POT adjustment, rotating to both ends.

It all works as expected. So that's a win in my books.

Conclusions

Well it works, its pretty simple to do and you can get a lot more I/O for very little extra cost and effort.

However there are limitations:

• Time frame & speed limits - if the sensors require fast monitoring, and you have 4 of them, then you have to switch between them all really quickly.
•  This takes time and to get an accurate reading at a given time frame (say 1uSec) and the time it takes to go through them all takes 10uSec, then your going to loose some data on that sensor whilst reading the other sensors - so bear this in mind. 
• Make sure your sensors a slow when compared to the speed of the UNO (or whatever board your using) or utilise some sort of averaging in your programming.
• Giving up some digital IO - ok its only 2 pins! But if your applications uses lots of digital signals, then you might have to work out some sort of addressing or serial interface to your analogue switch, or find a switch with some serial interface.

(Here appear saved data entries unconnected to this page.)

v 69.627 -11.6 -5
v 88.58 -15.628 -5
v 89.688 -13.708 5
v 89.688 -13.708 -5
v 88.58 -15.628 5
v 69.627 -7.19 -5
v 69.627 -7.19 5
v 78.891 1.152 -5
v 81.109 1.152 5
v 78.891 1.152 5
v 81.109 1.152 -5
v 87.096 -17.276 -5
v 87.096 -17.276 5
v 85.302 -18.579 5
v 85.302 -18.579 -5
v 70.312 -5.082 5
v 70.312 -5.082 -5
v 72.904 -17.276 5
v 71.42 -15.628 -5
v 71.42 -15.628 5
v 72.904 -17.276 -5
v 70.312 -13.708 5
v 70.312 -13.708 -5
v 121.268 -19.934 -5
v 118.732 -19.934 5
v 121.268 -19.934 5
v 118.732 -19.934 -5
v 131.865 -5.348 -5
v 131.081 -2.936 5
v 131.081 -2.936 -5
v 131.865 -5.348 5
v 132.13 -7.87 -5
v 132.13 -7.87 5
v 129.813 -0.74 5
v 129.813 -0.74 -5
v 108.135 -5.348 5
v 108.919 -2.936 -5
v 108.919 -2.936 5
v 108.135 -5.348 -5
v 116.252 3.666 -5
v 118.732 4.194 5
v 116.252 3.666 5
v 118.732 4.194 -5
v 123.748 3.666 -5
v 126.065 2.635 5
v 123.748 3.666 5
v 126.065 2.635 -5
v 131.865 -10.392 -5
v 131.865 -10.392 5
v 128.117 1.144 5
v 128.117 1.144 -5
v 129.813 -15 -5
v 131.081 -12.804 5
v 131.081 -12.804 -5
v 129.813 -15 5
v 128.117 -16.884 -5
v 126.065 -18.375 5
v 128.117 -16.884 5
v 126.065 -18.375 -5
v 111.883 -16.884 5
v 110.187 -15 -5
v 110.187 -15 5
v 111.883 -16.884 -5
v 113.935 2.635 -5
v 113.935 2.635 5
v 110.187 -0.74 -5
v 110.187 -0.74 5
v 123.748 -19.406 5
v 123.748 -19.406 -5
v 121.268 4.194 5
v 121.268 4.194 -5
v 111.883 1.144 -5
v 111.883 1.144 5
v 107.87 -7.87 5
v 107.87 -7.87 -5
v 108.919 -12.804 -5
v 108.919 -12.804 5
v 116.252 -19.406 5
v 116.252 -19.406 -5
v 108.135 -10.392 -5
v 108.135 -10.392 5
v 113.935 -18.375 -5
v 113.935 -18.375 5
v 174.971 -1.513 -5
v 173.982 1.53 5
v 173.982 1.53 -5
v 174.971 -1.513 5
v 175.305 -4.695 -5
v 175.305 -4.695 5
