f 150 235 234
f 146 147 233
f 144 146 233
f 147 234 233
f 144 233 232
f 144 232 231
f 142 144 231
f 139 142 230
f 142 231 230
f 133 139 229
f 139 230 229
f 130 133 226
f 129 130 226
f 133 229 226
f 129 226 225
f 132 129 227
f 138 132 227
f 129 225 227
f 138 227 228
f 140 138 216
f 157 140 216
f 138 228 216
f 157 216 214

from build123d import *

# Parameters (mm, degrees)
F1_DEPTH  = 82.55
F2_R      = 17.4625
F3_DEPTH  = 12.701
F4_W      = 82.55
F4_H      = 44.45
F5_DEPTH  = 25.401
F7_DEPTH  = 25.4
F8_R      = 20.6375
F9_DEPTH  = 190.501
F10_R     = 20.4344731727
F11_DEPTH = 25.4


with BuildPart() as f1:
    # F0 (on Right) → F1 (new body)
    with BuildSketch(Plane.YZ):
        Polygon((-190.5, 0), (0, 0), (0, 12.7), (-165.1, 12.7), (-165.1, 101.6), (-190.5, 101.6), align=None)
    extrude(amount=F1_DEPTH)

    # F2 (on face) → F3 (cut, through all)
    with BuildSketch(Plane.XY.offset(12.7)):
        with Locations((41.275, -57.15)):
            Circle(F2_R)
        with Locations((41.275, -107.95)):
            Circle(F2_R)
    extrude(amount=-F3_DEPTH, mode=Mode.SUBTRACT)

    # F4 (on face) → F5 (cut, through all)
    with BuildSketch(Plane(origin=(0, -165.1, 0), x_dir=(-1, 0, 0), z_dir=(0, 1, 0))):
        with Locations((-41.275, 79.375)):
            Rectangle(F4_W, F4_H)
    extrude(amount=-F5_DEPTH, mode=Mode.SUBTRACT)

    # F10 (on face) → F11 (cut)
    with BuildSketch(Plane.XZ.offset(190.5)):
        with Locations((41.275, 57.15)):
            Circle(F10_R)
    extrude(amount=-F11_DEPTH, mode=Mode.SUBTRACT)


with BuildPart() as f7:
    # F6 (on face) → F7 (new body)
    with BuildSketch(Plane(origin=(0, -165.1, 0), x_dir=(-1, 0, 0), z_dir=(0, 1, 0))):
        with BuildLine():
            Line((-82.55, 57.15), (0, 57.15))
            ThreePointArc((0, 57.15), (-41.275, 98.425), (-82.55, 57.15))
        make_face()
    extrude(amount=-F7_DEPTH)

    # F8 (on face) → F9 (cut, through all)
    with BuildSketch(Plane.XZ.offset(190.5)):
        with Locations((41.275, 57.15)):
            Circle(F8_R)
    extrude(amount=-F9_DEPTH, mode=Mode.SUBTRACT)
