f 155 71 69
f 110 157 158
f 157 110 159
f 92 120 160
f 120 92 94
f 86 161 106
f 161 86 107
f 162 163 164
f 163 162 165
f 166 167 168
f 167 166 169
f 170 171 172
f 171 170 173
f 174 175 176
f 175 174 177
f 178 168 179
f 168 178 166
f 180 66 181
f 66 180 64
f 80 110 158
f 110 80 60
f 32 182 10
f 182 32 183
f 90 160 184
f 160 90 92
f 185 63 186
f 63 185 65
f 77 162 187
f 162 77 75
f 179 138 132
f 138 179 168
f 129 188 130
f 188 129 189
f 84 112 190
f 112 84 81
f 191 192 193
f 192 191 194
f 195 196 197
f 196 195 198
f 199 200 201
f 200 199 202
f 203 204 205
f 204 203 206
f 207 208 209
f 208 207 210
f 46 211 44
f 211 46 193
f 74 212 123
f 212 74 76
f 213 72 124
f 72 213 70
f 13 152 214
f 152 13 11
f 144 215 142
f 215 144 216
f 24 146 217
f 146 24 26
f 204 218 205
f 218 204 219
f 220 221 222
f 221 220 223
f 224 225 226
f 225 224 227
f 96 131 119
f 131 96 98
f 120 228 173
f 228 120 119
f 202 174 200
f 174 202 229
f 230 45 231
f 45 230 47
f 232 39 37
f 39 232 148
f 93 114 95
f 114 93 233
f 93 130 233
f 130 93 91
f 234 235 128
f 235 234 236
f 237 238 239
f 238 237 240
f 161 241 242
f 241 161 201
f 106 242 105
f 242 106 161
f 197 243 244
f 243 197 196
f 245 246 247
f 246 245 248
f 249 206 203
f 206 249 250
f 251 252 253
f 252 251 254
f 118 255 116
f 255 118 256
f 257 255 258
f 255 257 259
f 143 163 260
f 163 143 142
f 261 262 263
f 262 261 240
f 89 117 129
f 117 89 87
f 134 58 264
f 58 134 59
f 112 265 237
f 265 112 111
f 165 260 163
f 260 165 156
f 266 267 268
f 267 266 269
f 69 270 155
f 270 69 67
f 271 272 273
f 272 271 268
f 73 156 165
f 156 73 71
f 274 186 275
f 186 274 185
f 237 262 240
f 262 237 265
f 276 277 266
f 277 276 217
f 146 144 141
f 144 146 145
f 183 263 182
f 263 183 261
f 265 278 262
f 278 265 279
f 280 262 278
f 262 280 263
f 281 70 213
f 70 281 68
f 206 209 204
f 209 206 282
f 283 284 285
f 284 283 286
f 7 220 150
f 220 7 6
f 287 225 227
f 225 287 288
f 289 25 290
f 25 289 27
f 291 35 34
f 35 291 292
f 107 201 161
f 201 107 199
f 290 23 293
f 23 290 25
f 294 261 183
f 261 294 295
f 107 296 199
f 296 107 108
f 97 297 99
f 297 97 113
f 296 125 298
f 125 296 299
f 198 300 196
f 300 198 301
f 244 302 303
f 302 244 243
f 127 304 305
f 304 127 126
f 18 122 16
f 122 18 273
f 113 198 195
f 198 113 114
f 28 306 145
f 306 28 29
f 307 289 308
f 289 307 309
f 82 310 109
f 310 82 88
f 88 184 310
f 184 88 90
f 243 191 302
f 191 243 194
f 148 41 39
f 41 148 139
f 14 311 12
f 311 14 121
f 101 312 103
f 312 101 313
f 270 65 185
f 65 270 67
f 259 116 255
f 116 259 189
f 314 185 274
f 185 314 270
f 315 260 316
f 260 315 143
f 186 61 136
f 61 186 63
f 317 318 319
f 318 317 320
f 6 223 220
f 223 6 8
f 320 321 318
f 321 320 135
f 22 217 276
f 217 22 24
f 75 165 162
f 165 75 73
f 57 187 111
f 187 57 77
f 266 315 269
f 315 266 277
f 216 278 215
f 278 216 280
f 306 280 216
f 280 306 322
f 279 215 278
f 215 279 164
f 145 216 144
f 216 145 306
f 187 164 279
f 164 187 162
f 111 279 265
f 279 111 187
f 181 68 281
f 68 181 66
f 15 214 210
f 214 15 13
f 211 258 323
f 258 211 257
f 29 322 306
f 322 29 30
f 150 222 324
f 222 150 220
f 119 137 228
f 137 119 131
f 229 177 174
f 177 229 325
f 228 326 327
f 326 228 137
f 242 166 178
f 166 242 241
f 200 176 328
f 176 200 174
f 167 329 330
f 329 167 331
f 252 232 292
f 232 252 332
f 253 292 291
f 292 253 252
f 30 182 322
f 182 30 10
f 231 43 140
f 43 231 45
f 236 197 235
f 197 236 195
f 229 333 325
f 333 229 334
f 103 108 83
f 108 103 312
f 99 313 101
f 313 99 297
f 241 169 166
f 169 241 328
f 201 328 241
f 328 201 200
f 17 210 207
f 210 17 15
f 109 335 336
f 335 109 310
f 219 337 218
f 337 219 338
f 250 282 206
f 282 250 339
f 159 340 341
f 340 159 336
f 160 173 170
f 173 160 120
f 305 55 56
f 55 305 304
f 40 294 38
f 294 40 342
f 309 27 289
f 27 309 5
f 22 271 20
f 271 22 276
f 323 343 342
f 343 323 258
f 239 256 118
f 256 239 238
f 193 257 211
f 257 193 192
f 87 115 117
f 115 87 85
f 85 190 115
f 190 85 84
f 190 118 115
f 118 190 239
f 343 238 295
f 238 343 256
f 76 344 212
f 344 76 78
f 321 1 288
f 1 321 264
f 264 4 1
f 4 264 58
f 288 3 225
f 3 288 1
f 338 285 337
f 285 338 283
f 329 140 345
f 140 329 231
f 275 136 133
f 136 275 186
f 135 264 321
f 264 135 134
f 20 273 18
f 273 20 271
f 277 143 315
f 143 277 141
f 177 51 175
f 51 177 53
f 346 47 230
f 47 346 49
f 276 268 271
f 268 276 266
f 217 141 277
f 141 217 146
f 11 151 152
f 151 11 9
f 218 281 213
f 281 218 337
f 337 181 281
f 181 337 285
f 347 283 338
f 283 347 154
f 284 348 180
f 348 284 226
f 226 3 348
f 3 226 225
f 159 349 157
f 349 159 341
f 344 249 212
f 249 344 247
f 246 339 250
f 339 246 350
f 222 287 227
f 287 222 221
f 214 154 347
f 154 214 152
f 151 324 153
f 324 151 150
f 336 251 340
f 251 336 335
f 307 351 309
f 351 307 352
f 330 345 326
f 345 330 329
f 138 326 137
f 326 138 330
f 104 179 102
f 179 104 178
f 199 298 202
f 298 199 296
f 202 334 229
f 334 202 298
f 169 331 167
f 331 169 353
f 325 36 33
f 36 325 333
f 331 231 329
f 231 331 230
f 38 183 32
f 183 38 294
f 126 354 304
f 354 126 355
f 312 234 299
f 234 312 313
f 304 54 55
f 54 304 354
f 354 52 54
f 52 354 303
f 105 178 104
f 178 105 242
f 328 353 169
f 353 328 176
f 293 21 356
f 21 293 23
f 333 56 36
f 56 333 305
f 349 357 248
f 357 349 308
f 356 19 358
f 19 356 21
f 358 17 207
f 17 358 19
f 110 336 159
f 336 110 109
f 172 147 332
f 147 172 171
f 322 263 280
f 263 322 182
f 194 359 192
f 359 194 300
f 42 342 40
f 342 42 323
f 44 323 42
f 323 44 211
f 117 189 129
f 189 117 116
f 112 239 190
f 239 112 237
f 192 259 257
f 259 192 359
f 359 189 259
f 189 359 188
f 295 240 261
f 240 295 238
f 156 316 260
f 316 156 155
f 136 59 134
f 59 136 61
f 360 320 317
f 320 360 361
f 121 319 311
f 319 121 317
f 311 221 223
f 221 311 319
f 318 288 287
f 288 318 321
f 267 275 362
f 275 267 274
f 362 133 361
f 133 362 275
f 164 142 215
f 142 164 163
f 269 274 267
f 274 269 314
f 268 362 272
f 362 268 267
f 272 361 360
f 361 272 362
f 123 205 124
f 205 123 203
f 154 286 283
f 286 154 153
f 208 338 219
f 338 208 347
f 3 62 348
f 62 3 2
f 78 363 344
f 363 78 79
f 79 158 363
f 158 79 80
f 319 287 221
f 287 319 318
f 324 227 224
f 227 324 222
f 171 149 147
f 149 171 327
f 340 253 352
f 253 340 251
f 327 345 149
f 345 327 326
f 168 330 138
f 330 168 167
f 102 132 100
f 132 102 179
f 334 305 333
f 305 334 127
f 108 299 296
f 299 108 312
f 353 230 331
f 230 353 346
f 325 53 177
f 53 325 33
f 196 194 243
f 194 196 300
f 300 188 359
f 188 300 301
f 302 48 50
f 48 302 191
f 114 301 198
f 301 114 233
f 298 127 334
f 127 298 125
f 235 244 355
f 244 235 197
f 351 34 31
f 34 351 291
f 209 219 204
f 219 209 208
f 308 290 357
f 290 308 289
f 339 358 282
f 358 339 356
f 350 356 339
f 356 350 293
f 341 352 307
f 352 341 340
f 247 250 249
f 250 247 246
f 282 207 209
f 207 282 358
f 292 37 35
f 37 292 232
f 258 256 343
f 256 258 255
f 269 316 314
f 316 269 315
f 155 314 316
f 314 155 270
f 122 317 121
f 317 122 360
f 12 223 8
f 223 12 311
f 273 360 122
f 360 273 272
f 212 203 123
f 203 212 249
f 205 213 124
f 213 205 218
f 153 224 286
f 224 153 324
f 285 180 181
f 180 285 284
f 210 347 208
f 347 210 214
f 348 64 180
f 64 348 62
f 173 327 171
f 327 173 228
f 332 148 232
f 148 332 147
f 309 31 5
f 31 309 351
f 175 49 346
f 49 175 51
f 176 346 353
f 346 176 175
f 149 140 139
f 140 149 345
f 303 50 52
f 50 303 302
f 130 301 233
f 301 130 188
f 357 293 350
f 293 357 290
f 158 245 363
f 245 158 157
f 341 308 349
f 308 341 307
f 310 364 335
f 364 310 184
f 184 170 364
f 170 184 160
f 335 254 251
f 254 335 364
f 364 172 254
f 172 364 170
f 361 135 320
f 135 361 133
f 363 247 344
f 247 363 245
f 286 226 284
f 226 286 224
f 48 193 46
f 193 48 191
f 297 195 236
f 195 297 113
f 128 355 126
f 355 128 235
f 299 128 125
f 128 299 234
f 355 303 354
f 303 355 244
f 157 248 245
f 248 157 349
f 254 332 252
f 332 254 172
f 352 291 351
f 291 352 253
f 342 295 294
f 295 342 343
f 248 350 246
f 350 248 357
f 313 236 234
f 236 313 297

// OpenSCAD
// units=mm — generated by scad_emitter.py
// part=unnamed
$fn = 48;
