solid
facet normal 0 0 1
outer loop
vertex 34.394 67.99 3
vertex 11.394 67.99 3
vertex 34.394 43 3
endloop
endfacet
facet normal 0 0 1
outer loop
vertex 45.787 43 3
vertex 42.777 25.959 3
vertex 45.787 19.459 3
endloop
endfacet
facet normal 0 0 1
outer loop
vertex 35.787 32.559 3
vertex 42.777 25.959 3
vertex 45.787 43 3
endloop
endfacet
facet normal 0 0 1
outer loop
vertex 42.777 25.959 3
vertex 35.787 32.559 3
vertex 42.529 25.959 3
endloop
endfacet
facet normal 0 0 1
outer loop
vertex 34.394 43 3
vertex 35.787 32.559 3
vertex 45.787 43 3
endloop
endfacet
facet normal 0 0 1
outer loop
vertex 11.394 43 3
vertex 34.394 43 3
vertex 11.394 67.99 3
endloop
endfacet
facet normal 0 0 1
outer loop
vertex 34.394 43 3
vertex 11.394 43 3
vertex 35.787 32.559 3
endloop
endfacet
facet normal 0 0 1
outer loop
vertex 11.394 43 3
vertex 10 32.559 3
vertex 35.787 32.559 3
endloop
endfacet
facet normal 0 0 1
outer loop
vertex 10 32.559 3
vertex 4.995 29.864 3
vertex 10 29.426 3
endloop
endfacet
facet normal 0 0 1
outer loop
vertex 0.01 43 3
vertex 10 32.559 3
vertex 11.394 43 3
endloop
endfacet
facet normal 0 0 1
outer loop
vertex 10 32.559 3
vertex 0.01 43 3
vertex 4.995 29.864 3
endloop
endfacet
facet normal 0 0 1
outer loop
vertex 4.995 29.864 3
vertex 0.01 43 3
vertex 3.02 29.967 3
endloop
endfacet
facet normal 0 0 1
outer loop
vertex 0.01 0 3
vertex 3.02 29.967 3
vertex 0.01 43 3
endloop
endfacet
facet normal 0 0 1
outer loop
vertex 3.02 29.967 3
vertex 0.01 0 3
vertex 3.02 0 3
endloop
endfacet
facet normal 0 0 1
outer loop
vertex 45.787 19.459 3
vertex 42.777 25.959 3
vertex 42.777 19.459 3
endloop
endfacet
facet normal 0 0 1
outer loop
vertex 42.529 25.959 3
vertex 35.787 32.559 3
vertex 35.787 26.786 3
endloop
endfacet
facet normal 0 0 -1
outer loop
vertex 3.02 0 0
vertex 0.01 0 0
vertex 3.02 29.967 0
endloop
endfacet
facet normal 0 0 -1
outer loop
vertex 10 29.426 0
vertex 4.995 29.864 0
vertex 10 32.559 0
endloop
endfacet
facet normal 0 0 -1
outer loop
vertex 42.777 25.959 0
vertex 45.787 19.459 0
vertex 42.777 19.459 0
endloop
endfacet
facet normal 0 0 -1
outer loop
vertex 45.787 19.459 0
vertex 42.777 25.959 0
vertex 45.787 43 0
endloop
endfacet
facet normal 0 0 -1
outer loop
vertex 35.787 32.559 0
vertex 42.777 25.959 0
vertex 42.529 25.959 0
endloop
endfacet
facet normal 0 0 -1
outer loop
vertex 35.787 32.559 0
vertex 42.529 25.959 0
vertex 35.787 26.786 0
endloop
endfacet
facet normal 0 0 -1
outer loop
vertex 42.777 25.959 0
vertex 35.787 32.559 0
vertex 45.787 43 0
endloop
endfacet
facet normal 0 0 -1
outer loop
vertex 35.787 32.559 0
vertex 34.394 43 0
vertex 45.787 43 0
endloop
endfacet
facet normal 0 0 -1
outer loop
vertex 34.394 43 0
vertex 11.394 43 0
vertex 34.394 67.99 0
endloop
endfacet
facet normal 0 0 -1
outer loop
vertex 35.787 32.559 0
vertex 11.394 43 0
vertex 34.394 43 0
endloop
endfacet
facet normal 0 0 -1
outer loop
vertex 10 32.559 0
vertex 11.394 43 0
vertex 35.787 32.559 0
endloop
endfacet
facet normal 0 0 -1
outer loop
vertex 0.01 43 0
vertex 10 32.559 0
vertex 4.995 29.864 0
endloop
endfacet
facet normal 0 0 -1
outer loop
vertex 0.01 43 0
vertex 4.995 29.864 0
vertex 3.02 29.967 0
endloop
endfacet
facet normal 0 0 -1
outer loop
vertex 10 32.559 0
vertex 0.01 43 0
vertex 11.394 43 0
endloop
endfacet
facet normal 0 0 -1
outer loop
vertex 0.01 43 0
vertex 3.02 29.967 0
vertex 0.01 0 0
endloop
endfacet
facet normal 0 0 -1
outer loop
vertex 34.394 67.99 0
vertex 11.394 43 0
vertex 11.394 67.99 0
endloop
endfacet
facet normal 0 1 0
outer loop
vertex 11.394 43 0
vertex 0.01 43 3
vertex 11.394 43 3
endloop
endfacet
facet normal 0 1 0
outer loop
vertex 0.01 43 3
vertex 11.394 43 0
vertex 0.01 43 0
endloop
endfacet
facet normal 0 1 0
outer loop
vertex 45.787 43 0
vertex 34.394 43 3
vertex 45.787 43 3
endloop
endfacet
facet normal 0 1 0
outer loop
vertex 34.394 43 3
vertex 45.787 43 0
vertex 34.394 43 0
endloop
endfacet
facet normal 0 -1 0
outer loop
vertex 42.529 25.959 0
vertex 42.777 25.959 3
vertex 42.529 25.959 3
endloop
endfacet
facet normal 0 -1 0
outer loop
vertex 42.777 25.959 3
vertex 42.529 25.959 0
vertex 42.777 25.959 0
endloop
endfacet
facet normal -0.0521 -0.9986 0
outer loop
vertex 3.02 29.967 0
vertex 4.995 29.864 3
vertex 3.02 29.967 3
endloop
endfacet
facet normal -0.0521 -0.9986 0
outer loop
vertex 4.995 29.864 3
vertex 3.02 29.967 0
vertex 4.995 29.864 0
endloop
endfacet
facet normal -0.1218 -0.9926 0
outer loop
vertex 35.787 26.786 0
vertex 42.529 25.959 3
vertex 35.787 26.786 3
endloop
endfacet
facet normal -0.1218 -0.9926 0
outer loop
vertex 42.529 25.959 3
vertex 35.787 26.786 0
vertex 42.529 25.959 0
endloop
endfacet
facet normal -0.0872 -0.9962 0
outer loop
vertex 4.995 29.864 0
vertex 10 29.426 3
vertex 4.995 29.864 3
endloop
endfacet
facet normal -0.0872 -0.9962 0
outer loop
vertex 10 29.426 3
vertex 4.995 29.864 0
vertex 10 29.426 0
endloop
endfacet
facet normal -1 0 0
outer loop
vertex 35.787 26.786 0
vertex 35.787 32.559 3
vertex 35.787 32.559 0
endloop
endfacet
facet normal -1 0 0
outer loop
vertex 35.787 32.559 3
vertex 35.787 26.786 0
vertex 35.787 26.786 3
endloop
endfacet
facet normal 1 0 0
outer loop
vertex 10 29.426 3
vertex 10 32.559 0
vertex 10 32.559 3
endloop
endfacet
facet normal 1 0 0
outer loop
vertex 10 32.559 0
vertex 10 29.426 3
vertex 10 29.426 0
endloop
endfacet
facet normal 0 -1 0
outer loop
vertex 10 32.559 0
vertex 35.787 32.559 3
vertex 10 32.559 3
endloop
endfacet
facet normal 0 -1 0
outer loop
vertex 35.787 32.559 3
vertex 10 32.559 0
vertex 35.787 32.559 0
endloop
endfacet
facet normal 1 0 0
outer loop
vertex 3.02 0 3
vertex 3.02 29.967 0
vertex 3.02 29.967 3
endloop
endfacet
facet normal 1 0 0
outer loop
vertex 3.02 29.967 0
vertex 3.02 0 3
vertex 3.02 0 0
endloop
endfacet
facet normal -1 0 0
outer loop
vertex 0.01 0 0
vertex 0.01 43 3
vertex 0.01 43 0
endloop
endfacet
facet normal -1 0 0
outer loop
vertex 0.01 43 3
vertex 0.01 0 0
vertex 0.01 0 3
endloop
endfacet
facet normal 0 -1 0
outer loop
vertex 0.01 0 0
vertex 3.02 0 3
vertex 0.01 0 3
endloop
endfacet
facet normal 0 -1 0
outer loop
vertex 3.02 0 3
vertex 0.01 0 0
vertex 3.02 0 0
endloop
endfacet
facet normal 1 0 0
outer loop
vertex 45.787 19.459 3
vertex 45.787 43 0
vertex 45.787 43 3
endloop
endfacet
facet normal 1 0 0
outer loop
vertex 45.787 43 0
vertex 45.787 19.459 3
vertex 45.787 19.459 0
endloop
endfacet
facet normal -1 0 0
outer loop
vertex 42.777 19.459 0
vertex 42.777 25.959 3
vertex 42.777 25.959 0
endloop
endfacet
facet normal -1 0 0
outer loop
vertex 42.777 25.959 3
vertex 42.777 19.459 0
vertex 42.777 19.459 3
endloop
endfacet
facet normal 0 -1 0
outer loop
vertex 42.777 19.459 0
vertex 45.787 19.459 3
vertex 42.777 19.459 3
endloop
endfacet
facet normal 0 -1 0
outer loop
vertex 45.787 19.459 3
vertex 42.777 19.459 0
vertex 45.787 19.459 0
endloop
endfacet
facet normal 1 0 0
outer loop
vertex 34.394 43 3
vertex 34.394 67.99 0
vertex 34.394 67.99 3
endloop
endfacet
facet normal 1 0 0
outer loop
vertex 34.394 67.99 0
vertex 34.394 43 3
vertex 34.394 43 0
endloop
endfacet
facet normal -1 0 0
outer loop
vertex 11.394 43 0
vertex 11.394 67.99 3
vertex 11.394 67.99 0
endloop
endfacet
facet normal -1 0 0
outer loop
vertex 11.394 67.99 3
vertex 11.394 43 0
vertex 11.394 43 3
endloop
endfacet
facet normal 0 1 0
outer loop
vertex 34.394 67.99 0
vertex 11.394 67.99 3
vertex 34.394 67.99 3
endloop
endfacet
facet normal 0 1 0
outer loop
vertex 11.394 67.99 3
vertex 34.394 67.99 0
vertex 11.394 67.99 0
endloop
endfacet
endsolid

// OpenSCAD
$fa = 2;    // minimum angle (fine resolution)
$fs = 0.2;  // minimum size (fine resolution)


epsilon = 0.01;

pi = 3.1415926535;

layer = 0.2;

width = 3; // temporary; eventually to be 60

function radians(deg) = deg * pi / 180;

module down(k) {
  translate([0,0,-k])
  children();
}


slop = 1; // extra width in mm

theta_d = 4; // degrees
theta1 = 3.8;
theta_avg = theta1 + theta_d / 2.0;
theta2 = theta1 + theta_d;

radius = 40 / radians(theta_d);

gapheight = 3;
h1 = 10 + gapheight; // z thickness of stand in mm

y = radius * cos(theta1) + h1;

d1 = 30; // depth of rear stop, mm
d2 = 6.5; // depth of front stop, mm

h2 = y - radius * cos(theta1 + theta_d);

x1 = radius * sin(theta1);
x2 = radius * sin(theta2);

y1 = radius * cos(theta2);
y2 = radius * cos(theta2);

thickness = 3; // of front and back tabs

mountx = 23; // tab for camera mount
mounty = 25; 

translate([thickness - x1, h1 + d1 - y, 0]) 
  union () {


//    difference () {
//      translate([x1 - thickness, bot, 0])
//        cube([x2 - x1 + 2 * thickness, y - bot, width]);
//      down(epsilon) cylinder(r=radius, h = width + 2 * epsilon);
//    }

    difference () {
      translate([x1 - epsilon, y2, 0])
        cube([x2 - x1 + 2 * epsilon, y - y2, width]);
      down(epsilon) cylinder(r=radius, h = width + 2 * epsilon);
      touch = 7;  // approx length in x of touching surface in mm
      translate([x1+touch, y2, -epsilon])
        cube([x2 - x1 - 2 * touch, 2.2 * gapheight, width+2*epsilon]);
    }

  translate([x1 + epsilon - thickness, y - (h1 + d1), 0])
    cube([thickness+epsilon, d1 + h1, width]);

  translate([x2 - epsilon, y - (h2 + d2), 0])
    cube([thickness+epsilon, d2 + h2, width]);

  translate([(x1+x2)/2 - mountx/2, y - epsilon, 0])
    cube([mountx, mounty, thickness]);

  }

Those are the only 2 major ones I can think of.

Changes?

So why did I use the ISR: well because between each reading I was waiting 500ms, which is quite a long time, so I needed to interrupt right in the middle of a delay function, rather than wait 500ms to check a change in state of the sensor select button.

I could have just collected the data from all the sensors and spat them at the serial terminal in one go, that too would have been quicker.

I did originally use some port manipulation to set the address of the switch. but that meant a lot of pins weren't being used and would look somewhat intimidating to noobs. Have to be efficient yet friendly. Though if any noobs are reading this then: seriously, click on the link and go tinker, its a function worth knowing.

Anyway, this should help if you are looking to get more I/O out of your UNO, or any dev. platform. Go have fun!